### Prompt
Of the records that follow, copy only the lines from the line containing "#38=AXIS2_PLACEMENT_3D('',#15,#16,#37);" to the line containing "#48=ORIENTED_EDGE('',*,*,#47,.T.);", both included, exactly as written.

### Records to use
↓↓↓
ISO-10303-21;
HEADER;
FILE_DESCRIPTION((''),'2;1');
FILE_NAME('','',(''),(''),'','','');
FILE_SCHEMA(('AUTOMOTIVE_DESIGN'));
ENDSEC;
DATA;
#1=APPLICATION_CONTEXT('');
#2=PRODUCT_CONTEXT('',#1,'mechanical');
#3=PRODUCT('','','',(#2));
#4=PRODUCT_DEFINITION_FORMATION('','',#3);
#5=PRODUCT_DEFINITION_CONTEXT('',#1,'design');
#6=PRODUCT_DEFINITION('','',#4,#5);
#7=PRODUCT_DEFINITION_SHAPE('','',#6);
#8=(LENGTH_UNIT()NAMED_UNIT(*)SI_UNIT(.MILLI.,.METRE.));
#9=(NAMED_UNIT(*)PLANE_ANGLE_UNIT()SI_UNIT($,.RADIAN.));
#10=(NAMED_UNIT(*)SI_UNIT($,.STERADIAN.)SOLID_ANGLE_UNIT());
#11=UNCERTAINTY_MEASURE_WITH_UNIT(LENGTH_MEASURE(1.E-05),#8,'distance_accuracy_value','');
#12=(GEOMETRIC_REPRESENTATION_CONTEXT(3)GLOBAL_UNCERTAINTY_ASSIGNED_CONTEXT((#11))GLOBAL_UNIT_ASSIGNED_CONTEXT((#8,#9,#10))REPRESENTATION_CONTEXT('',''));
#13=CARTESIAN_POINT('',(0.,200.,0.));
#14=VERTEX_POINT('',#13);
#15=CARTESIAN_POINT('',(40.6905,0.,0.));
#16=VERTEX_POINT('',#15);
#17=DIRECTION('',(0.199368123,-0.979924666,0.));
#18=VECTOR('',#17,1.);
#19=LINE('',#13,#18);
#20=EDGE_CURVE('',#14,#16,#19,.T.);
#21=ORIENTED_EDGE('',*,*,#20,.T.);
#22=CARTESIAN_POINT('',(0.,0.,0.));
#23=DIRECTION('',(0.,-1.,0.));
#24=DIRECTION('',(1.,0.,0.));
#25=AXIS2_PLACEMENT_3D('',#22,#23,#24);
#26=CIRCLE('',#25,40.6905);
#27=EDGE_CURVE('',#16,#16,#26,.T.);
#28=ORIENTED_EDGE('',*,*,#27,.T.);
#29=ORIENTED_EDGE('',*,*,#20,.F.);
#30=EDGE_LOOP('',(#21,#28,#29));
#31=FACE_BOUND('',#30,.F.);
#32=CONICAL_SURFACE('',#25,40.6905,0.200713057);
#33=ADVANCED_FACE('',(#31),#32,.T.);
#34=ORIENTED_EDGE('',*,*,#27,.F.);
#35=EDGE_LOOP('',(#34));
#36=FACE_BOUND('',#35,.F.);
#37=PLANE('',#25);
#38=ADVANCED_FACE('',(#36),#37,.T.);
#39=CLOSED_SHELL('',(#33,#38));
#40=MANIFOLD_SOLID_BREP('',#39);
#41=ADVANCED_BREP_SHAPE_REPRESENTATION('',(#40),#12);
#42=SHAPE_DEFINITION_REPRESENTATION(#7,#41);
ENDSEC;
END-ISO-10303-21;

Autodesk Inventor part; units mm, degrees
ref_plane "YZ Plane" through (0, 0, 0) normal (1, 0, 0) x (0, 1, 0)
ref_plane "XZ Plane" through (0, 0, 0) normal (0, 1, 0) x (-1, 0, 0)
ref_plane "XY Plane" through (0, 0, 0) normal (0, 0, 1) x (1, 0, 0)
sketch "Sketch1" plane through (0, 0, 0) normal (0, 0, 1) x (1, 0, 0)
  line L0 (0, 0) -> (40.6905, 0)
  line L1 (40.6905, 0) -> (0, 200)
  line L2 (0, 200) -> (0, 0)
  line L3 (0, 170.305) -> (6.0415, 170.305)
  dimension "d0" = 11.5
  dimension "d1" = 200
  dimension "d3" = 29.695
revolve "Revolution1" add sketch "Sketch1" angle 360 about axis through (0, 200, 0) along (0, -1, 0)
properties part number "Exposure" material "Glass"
↑↑↑
↓↓↓
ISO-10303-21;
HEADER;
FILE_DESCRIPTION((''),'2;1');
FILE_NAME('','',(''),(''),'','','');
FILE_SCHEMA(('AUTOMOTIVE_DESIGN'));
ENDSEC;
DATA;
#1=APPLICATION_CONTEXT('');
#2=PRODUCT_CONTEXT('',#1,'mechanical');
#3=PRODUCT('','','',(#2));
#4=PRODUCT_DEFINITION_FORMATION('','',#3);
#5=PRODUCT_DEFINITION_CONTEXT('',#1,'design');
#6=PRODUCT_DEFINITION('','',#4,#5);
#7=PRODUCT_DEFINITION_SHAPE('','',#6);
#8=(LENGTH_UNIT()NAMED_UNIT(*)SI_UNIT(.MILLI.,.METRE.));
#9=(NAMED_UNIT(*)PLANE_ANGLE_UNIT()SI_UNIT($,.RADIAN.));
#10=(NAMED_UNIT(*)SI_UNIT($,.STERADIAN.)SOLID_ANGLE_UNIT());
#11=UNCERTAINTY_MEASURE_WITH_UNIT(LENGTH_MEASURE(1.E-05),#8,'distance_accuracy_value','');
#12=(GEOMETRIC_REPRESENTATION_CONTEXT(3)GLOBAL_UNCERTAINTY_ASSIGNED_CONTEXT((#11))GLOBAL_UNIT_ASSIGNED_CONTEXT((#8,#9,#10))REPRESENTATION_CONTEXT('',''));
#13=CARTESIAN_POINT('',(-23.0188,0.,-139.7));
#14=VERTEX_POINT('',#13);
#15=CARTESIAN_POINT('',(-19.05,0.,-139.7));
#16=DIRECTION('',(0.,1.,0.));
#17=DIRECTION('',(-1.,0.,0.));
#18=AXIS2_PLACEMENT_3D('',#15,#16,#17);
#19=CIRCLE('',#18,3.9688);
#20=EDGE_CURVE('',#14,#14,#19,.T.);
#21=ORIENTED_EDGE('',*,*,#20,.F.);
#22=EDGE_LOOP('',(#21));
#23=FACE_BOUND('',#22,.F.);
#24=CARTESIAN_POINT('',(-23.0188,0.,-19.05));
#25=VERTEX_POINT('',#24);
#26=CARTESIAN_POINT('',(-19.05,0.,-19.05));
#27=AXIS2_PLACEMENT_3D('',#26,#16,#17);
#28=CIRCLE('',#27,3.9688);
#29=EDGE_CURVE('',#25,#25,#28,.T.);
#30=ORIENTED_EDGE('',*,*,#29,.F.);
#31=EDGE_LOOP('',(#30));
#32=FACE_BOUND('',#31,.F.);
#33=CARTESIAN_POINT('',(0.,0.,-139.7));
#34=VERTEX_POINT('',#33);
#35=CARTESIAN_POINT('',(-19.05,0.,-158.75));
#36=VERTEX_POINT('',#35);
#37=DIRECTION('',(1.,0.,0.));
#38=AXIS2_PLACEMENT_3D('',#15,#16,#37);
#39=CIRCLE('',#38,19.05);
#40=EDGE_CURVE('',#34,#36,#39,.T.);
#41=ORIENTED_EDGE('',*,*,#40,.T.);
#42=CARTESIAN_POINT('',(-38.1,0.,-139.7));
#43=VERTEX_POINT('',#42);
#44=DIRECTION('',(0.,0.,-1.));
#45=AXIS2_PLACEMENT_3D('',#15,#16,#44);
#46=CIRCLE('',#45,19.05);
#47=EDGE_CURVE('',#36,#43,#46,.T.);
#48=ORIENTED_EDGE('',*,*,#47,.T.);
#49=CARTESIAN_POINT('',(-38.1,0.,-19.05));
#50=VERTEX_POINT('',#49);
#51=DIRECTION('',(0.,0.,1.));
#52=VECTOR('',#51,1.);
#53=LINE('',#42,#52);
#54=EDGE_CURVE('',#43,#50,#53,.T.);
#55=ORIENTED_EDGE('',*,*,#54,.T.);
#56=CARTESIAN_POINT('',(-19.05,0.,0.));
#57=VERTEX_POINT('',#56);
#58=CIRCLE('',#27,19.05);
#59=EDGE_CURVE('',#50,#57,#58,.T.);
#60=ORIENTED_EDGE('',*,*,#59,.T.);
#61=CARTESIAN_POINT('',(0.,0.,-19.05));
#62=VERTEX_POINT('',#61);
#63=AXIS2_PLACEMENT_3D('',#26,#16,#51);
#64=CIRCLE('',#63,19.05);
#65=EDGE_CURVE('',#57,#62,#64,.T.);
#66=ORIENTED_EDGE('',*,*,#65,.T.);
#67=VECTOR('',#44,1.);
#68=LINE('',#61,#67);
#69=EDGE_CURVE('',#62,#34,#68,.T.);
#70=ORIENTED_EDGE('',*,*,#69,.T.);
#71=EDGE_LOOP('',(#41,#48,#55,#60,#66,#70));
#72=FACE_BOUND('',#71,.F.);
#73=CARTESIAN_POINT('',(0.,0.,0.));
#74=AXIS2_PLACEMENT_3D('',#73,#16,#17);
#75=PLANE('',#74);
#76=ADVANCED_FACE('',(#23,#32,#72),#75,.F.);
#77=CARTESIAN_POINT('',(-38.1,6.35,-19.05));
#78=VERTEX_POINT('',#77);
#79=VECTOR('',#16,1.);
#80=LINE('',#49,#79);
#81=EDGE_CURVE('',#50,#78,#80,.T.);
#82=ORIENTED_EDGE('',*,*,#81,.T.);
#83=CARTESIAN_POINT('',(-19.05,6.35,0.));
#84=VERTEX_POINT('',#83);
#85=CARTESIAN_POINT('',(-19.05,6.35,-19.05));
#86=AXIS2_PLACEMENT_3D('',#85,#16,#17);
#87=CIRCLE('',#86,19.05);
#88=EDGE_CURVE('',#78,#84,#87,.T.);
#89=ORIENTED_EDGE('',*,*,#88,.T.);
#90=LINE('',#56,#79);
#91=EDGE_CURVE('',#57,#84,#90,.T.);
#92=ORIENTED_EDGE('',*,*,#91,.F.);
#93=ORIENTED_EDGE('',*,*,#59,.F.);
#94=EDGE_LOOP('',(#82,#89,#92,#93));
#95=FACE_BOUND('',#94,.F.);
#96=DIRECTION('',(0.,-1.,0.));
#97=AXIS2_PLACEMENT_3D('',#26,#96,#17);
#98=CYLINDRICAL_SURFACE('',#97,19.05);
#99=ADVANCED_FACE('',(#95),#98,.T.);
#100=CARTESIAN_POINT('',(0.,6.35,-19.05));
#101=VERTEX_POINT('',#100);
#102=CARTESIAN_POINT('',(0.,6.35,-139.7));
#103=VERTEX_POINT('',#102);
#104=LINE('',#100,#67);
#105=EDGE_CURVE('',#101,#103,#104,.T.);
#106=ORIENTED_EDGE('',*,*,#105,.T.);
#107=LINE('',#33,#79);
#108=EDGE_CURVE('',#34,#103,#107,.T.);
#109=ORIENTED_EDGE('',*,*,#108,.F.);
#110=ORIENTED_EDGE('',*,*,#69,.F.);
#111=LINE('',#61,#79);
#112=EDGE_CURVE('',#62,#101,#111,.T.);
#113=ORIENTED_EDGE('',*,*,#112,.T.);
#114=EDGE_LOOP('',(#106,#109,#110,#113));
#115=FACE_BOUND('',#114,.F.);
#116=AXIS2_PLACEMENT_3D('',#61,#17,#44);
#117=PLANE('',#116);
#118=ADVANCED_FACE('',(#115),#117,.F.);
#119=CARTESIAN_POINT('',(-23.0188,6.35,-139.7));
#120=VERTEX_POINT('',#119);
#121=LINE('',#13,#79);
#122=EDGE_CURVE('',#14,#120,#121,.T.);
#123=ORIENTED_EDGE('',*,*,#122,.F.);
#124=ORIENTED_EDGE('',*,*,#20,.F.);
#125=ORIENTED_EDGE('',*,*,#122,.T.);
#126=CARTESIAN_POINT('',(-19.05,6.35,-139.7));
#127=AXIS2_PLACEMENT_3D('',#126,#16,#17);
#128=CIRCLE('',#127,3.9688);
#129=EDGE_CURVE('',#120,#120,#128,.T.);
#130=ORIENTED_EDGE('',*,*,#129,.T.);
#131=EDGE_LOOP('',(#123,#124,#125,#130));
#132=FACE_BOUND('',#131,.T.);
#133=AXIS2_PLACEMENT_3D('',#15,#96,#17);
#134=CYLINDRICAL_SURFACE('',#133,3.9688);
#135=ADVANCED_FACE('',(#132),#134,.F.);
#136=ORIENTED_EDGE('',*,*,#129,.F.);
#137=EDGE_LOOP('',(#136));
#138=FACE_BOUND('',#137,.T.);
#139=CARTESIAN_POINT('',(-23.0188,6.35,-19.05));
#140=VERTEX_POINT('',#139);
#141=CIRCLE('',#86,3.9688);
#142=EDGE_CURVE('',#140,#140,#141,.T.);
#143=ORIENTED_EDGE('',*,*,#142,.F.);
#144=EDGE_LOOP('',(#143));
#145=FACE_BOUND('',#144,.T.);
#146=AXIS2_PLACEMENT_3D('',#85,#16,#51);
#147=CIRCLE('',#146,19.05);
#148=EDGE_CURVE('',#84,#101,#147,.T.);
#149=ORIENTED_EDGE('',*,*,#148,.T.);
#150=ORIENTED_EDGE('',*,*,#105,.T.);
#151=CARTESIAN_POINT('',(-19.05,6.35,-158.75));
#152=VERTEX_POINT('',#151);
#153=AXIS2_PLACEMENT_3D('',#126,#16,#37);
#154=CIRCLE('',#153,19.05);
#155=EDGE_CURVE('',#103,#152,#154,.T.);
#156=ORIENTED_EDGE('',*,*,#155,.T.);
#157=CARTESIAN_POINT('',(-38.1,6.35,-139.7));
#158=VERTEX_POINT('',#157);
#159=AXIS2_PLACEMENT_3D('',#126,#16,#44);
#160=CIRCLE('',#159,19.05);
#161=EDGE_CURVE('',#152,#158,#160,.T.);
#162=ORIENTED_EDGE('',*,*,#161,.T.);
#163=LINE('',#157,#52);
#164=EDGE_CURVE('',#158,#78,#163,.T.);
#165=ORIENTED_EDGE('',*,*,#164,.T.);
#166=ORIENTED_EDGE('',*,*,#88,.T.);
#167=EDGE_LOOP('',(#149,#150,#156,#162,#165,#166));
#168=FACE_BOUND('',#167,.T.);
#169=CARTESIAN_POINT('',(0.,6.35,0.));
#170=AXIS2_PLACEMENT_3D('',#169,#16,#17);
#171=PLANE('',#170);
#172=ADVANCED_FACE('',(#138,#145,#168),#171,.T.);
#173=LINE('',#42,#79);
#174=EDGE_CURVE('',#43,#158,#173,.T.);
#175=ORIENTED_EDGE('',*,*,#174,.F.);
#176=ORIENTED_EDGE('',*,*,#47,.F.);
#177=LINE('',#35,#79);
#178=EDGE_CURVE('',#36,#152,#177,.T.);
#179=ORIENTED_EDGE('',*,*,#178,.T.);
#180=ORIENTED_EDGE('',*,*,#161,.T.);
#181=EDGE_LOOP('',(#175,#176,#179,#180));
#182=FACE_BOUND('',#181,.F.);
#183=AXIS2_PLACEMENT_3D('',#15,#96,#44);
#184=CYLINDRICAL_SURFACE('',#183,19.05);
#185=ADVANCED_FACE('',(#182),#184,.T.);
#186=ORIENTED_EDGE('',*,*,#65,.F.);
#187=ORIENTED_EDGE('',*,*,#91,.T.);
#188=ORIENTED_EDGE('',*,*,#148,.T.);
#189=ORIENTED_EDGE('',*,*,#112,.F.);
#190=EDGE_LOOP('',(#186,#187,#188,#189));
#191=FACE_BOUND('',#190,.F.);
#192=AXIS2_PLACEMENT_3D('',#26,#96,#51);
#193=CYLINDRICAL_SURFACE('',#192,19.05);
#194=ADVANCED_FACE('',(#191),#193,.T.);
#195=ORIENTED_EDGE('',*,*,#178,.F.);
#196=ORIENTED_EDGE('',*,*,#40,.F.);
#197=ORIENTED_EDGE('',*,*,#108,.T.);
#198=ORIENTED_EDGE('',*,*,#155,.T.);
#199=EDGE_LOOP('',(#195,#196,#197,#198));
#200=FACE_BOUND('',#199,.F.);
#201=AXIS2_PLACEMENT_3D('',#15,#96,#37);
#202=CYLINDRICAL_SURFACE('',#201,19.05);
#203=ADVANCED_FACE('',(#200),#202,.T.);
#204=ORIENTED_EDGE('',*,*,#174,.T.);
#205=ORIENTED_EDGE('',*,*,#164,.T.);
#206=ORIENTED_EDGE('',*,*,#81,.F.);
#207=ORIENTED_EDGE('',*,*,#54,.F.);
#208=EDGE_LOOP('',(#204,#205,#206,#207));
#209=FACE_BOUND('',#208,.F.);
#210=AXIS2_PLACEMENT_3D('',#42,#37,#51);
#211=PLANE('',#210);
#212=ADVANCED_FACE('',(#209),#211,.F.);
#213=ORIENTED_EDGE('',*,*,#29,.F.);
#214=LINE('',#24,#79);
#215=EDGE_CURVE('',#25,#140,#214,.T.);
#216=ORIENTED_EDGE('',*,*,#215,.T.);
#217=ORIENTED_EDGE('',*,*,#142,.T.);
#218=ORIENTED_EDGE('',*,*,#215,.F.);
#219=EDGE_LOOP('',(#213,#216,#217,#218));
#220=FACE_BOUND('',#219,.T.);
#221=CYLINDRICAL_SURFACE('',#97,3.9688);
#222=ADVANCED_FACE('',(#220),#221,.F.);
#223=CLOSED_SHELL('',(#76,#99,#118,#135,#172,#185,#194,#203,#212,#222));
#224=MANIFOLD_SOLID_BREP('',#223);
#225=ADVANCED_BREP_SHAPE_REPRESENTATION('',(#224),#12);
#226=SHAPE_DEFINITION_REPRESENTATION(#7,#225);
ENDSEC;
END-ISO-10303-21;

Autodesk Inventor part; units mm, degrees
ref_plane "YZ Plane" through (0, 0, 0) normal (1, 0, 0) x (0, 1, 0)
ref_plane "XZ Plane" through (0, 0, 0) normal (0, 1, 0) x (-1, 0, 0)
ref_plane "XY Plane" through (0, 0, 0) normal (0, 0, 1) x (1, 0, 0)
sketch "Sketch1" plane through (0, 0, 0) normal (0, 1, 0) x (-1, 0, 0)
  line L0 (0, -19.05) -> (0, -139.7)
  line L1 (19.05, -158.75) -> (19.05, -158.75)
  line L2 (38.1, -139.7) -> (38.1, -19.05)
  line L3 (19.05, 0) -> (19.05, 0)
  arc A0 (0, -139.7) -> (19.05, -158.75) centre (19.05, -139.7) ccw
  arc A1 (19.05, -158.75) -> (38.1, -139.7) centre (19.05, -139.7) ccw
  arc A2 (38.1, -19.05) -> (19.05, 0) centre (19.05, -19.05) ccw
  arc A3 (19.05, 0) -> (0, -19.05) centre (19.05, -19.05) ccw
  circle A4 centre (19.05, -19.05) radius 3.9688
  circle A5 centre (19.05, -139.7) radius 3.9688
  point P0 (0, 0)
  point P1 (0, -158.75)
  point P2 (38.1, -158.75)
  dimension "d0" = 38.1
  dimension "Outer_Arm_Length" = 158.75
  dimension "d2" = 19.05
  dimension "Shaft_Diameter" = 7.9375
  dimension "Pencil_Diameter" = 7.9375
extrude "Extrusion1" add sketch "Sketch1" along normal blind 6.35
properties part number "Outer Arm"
↑↑↑
↓↓↓
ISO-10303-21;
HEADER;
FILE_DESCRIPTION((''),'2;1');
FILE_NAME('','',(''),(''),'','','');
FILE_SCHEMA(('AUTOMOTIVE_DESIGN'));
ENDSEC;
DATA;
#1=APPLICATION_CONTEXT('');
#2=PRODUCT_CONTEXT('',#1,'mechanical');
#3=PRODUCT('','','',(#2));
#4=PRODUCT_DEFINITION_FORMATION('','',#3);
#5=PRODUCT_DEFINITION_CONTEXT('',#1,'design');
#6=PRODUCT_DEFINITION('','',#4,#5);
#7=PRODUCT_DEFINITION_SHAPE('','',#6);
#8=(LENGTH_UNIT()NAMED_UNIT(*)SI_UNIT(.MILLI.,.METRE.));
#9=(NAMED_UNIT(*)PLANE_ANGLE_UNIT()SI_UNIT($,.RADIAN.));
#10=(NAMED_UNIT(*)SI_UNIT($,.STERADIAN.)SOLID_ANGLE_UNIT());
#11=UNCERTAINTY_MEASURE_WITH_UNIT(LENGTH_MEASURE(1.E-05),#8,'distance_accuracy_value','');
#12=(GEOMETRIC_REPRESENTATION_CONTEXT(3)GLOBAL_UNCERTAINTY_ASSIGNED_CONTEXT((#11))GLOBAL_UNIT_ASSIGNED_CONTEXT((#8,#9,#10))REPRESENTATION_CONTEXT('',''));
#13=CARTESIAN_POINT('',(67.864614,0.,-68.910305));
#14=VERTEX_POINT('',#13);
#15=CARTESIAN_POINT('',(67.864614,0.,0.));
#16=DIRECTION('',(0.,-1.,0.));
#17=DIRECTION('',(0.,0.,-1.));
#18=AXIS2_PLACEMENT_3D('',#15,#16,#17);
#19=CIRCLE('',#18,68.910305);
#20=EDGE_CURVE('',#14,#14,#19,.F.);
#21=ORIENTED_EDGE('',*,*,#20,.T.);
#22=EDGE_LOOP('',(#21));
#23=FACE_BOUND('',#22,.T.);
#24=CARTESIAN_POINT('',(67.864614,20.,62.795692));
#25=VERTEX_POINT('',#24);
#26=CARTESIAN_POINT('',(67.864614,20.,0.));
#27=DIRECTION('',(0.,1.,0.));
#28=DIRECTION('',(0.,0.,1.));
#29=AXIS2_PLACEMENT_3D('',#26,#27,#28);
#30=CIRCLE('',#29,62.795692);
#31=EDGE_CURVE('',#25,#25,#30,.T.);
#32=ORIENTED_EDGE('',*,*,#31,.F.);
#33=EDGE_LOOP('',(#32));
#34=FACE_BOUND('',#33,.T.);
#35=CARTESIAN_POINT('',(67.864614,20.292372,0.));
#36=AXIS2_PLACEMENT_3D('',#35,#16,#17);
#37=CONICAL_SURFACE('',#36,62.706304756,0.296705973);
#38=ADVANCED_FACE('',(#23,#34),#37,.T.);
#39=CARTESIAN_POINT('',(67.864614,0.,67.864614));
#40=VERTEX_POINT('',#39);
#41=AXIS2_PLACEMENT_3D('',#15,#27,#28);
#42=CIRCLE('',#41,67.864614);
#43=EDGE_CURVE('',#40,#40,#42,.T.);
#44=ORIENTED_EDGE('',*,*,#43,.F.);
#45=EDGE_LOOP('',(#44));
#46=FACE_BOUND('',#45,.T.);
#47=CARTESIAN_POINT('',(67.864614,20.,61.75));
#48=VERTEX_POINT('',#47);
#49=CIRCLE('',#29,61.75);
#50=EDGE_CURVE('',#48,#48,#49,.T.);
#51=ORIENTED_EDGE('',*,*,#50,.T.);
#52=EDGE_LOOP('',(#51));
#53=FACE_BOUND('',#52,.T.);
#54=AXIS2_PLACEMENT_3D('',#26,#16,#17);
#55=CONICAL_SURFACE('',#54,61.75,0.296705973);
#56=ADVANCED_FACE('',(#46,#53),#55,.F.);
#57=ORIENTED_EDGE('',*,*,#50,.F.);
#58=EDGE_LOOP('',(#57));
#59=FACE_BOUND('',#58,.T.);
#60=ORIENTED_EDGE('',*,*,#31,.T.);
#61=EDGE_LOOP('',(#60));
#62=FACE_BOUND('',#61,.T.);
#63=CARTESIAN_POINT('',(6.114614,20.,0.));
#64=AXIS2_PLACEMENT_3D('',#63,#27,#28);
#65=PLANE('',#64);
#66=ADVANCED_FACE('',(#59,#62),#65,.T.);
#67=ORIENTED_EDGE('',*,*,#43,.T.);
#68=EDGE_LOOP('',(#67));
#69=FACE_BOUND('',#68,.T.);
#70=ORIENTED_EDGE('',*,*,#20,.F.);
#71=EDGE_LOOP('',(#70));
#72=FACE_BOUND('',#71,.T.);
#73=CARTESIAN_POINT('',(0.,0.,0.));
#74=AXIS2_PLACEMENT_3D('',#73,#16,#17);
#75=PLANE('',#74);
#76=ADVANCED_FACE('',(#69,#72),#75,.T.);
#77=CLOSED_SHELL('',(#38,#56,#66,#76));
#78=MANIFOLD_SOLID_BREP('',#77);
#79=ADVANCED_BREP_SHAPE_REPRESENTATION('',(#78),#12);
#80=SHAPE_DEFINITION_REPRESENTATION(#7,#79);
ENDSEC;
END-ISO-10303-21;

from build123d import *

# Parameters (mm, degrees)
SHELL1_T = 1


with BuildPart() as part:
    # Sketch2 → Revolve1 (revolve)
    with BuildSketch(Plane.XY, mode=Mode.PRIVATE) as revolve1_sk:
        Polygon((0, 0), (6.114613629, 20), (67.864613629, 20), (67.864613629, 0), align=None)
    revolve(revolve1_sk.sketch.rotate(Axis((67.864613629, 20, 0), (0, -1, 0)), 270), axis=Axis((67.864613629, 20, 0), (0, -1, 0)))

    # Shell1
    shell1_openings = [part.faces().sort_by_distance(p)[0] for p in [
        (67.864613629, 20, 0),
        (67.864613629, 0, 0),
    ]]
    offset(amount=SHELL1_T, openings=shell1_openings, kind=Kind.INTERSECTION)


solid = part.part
↑↑↑
### Result of the task
#38=AXIS2_PLACEMENT_3D('',#15,#16,#37);
#39=CIRCLE('',#38,19.05);
#40=EDGE_CURVE('',#34,#36,#39,.T.);
#41=ORIENTED_EDGE('',*,*,#40,.T.);
#42=CARTESIAN_POINT('',(-38.1,0.,-139.7));
#43=VERTEX_POINT('',#42);
#44=DIRECTION('',(0.,0.,-1.));
#45=AXIS2_PLACEMENT_3D('',#15,#16,#44);
#46=CIRCLE('',#45,19.05);
#47=EDGE_CURVE('',#36,#43,#46,.T.);
#48=ORIENTED_EDGE('',*,*,#47,.T.);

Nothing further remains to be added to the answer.